**Work required**.
Starting at the line that holds "#128=ORIENTED_EDGE('',*,*,#127,.T.);" and stopping at the line that holds "#171=EDGE_CURVE('',#161,#121,#170,.T.);", restate the records below word for word, with both of those lines included.

**Input for this task**.
▬▬▬
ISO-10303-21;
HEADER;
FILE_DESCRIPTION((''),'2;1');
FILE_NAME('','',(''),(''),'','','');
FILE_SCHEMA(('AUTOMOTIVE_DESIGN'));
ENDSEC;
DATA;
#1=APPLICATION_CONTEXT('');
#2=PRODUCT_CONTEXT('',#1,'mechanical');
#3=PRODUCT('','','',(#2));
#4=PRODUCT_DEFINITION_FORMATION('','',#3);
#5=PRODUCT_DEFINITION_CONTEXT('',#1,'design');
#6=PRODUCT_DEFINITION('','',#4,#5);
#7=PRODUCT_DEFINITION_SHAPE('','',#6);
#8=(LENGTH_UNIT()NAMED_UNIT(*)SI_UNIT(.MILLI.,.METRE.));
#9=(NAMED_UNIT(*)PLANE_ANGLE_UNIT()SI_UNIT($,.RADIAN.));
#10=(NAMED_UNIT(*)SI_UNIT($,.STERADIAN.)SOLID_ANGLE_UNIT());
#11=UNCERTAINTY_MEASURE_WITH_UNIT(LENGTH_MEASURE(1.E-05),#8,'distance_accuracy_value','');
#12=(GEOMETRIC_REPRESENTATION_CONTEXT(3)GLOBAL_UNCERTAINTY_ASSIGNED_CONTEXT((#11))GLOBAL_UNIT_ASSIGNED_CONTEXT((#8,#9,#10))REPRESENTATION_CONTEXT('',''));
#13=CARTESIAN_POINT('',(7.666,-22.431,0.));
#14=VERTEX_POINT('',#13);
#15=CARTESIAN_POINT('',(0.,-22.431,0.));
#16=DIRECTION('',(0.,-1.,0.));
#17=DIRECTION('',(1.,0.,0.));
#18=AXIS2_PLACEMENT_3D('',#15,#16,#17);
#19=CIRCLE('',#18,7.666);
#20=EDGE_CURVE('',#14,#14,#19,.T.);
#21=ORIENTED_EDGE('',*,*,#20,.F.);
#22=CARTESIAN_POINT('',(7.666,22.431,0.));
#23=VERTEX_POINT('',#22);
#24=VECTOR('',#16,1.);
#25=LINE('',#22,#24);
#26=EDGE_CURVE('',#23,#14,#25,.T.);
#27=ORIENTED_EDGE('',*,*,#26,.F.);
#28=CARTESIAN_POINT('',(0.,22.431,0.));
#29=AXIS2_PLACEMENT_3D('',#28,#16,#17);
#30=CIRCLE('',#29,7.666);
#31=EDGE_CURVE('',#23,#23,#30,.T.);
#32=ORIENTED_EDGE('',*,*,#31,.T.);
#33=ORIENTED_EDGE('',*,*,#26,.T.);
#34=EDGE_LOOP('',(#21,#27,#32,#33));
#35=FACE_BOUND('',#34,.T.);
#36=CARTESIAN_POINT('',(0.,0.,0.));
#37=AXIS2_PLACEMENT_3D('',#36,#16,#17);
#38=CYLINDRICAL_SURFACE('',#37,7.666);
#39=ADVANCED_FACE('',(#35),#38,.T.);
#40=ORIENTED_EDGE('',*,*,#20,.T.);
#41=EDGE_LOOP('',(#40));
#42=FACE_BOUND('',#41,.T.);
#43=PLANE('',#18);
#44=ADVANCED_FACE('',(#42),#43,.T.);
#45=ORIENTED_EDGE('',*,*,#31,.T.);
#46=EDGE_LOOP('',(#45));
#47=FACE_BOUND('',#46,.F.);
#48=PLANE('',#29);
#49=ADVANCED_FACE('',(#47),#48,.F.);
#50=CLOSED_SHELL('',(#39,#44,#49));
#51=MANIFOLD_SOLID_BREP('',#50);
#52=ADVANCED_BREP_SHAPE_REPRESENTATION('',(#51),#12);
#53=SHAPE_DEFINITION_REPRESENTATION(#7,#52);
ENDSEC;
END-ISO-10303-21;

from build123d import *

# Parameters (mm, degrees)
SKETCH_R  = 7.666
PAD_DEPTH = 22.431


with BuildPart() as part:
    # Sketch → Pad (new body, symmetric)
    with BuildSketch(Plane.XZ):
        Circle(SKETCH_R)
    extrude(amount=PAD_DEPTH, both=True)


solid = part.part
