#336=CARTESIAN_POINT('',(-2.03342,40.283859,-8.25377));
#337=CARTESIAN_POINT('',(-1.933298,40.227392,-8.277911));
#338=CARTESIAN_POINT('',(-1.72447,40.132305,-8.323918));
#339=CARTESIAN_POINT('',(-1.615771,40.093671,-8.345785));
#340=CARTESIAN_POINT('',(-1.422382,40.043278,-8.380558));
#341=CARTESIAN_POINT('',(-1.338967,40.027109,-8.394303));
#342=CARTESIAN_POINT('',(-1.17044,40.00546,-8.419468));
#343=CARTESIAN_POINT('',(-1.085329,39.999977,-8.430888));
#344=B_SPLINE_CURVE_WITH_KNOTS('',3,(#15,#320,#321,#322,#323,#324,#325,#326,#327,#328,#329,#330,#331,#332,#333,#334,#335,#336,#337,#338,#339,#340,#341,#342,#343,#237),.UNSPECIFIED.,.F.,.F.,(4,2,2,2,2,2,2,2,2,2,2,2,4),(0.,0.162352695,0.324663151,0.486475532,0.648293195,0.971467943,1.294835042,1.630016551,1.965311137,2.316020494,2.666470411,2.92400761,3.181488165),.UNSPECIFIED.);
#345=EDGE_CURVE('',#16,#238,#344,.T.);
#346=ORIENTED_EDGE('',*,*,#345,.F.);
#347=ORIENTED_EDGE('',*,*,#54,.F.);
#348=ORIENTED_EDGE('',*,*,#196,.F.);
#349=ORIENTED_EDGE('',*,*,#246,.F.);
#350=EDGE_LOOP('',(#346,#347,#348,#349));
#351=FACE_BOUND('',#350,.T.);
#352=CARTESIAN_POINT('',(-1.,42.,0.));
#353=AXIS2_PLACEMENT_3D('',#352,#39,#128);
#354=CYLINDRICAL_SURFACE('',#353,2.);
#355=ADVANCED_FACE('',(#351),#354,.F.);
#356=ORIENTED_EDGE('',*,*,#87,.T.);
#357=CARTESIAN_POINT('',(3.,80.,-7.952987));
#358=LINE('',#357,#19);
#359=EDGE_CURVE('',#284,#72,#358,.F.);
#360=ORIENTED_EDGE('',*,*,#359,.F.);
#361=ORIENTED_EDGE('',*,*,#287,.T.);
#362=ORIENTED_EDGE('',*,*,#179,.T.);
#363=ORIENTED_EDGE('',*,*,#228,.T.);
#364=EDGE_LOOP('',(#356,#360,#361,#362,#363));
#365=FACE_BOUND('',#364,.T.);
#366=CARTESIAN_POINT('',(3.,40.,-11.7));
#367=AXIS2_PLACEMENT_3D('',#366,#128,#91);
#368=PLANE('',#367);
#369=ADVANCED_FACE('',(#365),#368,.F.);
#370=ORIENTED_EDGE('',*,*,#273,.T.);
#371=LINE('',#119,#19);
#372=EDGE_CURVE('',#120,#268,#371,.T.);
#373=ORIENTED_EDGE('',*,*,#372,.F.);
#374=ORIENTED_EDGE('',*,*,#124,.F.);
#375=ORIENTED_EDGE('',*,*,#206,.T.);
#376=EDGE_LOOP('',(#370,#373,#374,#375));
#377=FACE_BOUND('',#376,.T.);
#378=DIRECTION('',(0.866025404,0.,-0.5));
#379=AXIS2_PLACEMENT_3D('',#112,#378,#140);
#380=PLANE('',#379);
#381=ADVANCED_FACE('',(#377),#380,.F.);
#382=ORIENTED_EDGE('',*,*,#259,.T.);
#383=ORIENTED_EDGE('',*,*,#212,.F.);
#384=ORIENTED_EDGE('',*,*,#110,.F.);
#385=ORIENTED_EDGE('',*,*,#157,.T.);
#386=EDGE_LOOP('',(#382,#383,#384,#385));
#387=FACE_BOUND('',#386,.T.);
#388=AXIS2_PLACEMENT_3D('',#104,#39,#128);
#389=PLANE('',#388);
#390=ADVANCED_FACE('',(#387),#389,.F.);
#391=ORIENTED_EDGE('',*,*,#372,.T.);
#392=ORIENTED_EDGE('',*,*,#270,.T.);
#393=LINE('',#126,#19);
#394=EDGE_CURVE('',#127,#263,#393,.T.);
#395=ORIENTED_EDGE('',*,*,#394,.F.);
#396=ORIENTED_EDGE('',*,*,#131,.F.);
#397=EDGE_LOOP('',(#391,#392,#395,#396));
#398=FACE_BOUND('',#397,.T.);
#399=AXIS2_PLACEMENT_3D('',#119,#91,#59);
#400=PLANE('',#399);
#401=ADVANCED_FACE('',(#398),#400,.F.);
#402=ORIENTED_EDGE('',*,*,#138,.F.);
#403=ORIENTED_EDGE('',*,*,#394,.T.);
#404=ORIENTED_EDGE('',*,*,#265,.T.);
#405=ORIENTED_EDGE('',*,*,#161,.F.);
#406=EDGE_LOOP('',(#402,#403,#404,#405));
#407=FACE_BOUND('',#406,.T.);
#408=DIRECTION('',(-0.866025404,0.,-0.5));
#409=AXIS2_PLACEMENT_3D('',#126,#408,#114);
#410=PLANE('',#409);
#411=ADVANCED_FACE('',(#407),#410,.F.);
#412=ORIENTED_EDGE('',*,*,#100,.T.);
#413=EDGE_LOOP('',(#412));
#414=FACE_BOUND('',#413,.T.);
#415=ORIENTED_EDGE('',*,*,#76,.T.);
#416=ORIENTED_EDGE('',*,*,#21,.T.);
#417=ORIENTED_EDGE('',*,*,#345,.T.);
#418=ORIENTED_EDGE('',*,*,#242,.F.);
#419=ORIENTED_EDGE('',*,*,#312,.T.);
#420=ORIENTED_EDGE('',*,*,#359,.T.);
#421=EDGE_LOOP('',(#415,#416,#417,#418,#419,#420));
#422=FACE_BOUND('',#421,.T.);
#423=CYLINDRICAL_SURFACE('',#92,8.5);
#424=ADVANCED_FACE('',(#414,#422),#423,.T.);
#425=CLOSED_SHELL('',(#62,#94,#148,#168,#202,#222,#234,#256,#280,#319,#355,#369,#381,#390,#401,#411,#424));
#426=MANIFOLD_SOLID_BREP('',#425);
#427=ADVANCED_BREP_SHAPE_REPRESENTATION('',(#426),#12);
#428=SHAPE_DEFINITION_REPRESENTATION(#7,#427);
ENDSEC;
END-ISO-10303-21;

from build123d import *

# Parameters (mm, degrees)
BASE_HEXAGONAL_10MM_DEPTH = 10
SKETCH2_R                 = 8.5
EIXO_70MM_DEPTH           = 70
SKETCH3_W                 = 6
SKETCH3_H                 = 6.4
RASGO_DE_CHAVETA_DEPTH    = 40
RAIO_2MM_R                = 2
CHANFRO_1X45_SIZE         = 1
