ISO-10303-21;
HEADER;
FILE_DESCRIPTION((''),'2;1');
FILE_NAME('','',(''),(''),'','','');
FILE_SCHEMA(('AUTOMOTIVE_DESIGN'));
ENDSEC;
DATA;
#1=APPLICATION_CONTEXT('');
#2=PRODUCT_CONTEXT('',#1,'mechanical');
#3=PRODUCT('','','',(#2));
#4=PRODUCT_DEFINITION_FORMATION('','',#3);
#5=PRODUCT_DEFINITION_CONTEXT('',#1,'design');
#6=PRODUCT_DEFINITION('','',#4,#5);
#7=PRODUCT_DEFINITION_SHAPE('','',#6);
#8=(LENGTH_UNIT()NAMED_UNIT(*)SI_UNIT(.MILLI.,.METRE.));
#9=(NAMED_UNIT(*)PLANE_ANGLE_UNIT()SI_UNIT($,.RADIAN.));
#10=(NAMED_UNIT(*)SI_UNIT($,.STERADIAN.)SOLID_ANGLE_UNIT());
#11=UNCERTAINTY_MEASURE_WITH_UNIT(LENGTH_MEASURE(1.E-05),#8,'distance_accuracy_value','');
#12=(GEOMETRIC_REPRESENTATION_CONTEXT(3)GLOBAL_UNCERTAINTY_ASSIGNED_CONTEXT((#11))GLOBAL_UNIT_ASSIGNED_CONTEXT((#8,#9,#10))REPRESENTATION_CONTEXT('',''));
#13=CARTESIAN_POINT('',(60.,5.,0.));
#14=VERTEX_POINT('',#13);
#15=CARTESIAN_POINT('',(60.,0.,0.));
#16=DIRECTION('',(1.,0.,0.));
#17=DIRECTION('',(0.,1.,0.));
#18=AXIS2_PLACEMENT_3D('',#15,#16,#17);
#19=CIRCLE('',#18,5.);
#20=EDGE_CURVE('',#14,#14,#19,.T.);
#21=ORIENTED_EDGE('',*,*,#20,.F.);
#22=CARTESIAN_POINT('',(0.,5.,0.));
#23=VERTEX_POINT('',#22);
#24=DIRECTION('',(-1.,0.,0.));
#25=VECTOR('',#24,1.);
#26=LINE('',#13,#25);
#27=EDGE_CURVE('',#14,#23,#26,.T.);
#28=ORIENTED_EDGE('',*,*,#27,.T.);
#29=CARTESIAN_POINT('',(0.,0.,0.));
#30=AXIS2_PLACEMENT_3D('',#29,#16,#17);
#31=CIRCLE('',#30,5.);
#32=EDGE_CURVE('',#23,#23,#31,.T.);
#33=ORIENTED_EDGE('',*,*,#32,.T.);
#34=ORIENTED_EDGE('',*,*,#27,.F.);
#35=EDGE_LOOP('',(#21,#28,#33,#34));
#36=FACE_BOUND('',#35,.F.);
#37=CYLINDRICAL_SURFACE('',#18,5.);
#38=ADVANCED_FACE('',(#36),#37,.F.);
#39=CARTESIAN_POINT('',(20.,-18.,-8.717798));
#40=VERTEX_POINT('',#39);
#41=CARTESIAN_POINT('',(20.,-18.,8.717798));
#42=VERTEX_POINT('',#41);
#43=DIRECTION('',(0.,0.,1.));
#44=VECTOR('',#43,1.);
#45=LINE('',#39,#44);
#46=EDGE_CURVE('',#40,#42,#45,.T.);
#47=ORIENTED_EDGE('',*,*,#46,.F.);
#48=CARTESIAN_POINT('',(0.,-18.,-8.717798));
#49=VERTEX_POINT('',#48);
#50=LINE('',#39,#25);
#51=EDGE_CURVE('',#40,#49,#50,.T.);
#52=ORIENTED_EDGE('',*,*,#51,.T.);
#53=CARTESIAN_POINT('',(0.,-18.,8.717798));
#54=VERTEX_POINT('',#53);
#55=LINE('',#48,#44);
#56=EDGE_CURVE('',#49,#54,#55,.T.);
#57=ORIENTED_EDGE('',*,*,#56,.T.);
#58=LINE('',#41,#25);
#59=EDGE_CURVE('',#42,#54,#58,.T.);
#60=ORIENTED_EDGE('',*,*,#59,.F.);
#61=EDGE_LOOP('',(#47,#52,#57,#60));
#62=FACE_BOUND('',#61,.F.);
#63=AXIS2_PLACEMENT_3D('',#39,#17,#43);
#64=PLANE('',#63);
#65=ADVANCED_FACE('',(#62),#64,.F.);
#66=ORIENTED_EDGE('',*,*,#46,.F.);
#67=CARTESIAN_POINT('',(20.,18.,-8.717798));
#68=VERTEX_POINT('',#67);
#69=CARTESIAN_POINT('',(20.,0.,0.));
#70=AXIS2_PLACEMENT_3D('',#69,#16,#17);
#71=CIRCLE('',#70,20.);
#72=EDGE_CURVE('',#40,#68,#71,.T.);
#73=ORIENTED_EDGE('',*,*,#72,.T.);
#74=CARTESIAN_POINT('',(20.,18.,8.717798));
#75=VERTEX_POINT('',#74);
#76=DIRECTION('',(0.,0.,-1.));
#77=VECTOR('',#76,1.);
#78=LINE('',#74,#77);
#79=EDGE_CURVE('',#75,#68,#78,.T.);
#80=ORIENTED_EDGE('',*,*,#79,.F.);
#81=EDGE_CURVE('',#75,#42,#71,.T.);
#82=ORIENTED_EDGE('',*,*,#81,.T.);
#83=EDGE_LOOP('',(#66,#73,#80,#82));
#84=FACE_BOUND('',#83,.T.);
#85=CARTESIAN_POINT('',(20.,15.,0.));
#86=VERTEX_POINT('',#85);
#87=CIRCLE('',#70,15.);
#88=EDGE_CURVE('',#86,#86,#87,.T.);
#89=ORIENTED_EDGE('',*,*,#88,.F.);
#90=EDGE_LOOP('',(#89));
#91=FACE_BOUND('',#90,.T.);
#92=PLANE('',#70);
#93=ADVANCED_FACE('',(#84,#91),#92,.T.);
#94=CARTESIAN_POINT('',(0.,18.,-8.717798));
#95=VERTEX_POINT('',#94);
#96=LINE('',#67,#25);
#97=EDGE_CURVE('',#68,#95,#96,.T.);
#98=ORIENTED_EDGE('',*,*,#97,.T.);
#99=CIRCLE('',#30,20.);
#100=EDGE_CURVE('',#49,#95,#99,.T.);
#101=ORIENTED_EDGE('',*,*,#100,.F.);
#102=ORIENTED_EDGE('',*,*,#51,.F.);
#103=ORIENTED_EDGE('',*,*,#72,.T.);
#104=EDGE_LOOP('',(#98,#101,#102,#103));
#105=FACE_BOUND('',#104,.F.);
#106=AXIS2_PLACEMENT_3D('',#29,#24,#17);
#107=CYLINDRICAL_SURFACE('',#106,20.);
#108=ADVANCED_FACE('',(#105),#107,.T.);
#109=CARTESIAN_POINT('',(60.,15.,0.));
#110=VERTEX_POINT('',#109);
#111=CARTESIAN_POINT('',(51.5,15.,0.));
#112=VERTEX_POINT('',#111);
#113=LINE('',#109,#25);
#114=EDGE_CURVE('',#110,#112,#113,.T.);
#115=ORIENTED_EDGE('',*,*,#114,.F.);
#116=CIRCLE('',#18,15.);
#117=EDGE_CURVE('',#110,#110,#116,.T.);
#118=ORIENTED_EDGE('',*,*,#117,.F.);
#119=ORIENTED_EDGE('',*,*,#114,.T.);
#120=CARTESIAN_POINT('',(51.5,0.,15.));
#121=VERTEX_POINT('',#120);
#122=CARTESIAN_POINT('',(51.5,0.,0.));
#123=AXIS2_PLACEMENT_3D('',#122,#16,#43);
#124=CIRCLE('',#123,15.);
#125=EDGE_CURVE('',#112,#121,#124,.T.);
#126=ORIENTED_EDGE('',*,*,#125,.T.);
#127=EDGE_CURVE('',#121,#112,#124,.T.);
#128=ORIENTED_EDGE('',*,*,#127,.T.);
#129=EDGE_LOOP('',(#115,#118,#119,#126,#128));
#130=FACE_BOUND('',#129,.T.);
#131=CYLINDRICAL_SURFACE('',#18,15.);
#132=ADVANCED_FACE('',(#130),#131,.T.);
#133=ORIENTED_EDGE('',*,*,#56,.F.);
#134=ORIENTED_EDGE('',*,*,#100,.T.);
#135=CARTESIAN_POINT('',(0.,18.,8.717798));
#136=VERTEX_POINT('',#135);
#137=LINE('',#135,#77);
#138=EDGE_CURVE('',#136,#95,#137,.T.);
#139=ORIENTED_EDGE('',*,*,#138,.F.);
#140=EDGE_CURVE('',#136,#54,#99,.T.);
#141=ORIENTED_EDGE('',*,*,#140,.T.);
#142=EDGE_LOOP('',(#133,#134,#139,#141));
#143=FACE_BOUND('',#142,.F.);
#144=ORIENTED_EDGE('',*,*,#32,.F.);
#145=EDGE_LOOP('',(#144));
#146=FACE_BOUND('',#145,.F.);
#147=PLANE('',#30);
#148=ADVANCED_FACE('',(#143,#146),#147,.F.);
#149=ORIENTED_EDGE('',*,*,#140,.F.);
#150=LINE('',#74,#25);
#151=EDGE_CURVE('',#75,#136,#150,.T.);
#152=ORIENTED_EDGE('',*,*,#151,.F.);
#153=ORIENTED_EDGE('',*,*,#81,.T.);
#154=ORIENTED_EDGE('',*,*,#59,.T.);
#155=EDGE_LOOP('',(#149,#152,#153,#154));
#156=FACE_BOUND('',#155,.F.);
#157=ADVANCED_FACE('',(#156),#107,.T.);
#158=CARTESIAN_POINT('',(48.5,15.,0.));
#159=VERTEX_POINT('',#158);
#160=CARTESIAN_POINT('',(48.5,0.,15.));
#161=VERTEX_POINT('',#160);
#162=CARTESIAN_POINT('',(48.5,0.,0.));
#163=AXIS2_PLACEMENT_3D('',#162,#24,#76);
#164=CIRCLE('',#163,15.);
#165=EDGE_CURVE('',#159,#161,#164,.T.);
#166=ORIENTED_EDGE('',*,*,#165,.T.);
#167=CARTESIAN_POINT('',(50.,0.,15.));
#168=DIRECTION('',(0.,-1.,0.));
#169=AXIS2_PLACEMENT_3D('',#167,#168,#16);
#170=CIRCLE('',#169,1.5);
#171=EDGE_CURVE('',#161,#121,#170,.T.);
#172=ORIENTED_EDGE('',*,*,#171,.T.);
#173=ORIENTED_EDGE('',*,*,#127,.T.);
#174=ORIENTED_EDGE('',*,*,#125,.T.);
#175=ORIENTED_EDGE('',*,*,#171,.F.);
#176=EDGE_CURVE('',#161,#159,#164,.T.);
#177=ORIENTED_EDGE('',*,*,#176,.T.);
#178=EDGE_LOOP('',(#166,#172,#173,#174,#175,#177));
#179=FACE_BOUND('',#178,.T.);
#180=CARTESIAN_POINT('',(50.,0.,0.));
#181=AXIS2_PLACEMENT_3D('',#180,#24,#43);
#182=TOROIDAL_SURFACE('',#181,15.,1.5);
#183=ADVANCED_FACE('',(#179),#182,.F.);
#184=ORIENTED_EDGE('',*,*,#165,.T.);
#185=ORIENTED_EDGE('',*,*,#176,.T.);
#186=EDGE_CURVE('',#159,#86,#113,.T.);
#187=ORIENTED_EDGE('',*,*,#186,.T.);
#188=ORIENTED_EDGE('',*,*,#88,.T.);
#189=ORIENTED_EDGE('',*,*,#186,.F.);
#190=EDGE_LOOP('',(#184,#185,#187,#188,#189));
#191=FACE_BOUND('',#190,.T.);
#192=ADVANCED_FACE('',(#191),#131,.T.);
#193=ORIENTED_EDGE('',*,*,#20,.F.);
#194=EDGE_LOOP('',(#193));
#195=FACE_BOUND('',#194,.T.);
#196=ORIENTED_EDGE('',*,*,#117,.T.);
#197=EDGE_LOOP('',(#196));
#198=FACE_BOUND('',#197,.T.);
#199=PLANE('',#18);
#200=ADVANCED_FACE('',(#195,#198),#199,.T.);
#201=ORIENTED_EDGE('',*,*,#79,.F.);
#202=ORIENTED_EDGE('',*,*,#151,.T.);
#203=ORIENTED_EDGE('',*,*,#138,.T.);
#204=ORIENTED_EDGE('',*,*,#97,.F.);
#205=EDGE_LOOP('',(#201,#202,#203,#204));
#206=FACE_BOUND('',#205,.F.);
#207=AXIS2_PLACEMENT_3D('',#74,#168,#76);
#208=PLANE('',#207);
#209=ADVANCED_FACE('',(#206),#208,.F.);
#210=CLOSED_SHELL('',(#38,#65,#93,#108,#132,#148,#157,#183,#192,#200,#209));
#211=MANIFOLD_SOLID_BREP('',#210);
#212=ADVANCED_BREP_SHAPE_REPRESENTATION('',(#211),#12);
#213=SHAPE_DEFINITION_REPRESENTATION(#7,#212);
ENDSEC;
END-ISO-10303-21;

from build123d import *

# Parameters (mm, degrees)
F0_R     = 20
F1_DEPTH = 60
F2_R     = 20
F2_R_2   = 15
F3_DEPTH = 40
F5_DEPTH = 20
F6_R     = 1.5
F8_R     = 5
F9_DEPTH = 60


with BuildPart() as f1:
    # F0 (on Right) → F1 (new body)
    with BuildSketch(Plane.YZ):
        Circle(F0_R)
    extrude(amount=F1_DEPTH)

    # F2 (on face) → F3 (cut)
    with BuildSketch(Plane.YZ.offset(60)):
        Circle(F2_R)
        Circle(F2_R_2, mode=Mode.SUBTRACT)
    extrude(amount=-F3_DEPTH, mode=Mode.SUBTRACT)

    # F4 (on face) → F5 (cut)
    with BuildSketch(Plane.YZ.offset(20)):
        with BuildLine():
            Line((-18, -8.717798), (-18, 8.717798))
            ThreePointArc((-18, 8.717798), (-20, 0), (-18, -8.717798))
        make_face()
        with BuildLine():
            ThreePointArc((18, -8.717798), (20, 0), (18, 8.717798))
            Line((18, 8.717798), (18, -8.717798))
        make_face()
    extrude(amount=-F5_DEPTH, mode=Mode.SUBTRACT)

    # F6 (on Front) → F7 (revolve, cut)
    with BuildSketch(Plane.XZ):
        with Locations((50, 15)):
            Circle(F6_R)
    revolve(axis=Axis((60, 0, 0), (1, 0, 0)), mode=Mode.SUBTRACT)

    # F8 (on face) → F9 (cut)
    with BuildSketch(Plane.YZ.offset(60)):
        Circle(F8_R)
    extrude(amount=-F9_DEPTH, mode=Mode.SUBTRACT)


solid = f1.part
▬▬▬
**Solved exercise**.
#128=ORIENTED_EDGE('',*,*,#127,.T.);
#129=EDGE_LOOP('',(#115,#118,#119,#126,#128));
#130=FACE_BOUND('',#129,.T.);
#131=CYLINDRICAL_SURFACE('',#18,15.);
#132=ADVANCED_FACE('',(#130),#131,.T.);
#133=ORIENTED_EDGE('',*,*,#56,.F.);
#134=ORIENTED_EDGE('',*,*,#100,.T.);
#135=CARTESIAN_POINT('',(0.,18.,8.717798));
#136=VERTEX_POINT('',#135);
#137=LINE('',#135,#77);
#138=EDGE_CURVE('',#136,#95,#137,.T.);
#139=ORIENTED_EDGE('',*,*,#138,.F.);
#140=EDGE_CURVE('',#136,#54,#99,.T.);
#141=ORIENTED_EDGE('',*,*,#140,.T.);
#142=EDGE_LOOP('',(#133,#134,#139,#141));
#143=FACE_BOUND('',#142,.F.);
#144=ORIENTED_EDGE('',*,*,#32,.F.);
#145=EDGE_LOOP('',(#144));
#146=FACE_BOUND('',#145,.F.);
#147=PLANE('',#30);
#148=ADVANCED_FACE('',(#143,#146),#147,.F.);
#149=ORIENTED_EDGE('',*,*,#140,.F.);
#150=LINE('',#74,#25);
#151=EDGE_CURVE('',#75,#136,#150,.T.);
#152=ORIENTED_EDGE('',*,*,#151,.F.);
#153=ORIENTED_EDGE('',*,*,#81,.T.);
#154=ORIENTED_EDGE('',*,*,#59,.T.);
#155=EDGE_LOOP('',(#149,#152,#153,#154));
#156=FACE_BOUND('',#155,.F.);
#157=ADVANCED_FACE('',(#156),#107,.T.);
#158=CARTESIAN_POINT('',(48.5,15.,0.));
#159=VERTEX_POINT('',#158);
#160=CARTESIAN_POINT('',(48.5,0.,15.));
#161=VERTEX_POINT('',#160);
#162=CARTESIAN_POINT('',(48.5,0.,0.));
#163=AXIS2_PLACEMENT_3D('',#162,#24,#76);
#164=CIRCLE('',#163,15.);
#165=EDGE_CURVE('',#159,#161,#164,.T.);
#166=ORIENTED_EDGE('',*,*,#165,.T.);
#167=CARTESIAN_POINT('',(50.,0.,15.));
#168=DIRECTION('',(0.,-1.,0.));
#169=AXIS2_PLACEMENT_3D('',#167,#168,#16);
#170=CIRCLE('',#169,1.5);
#171=EDGE_CURVE('',#161,#121,#170,.T.);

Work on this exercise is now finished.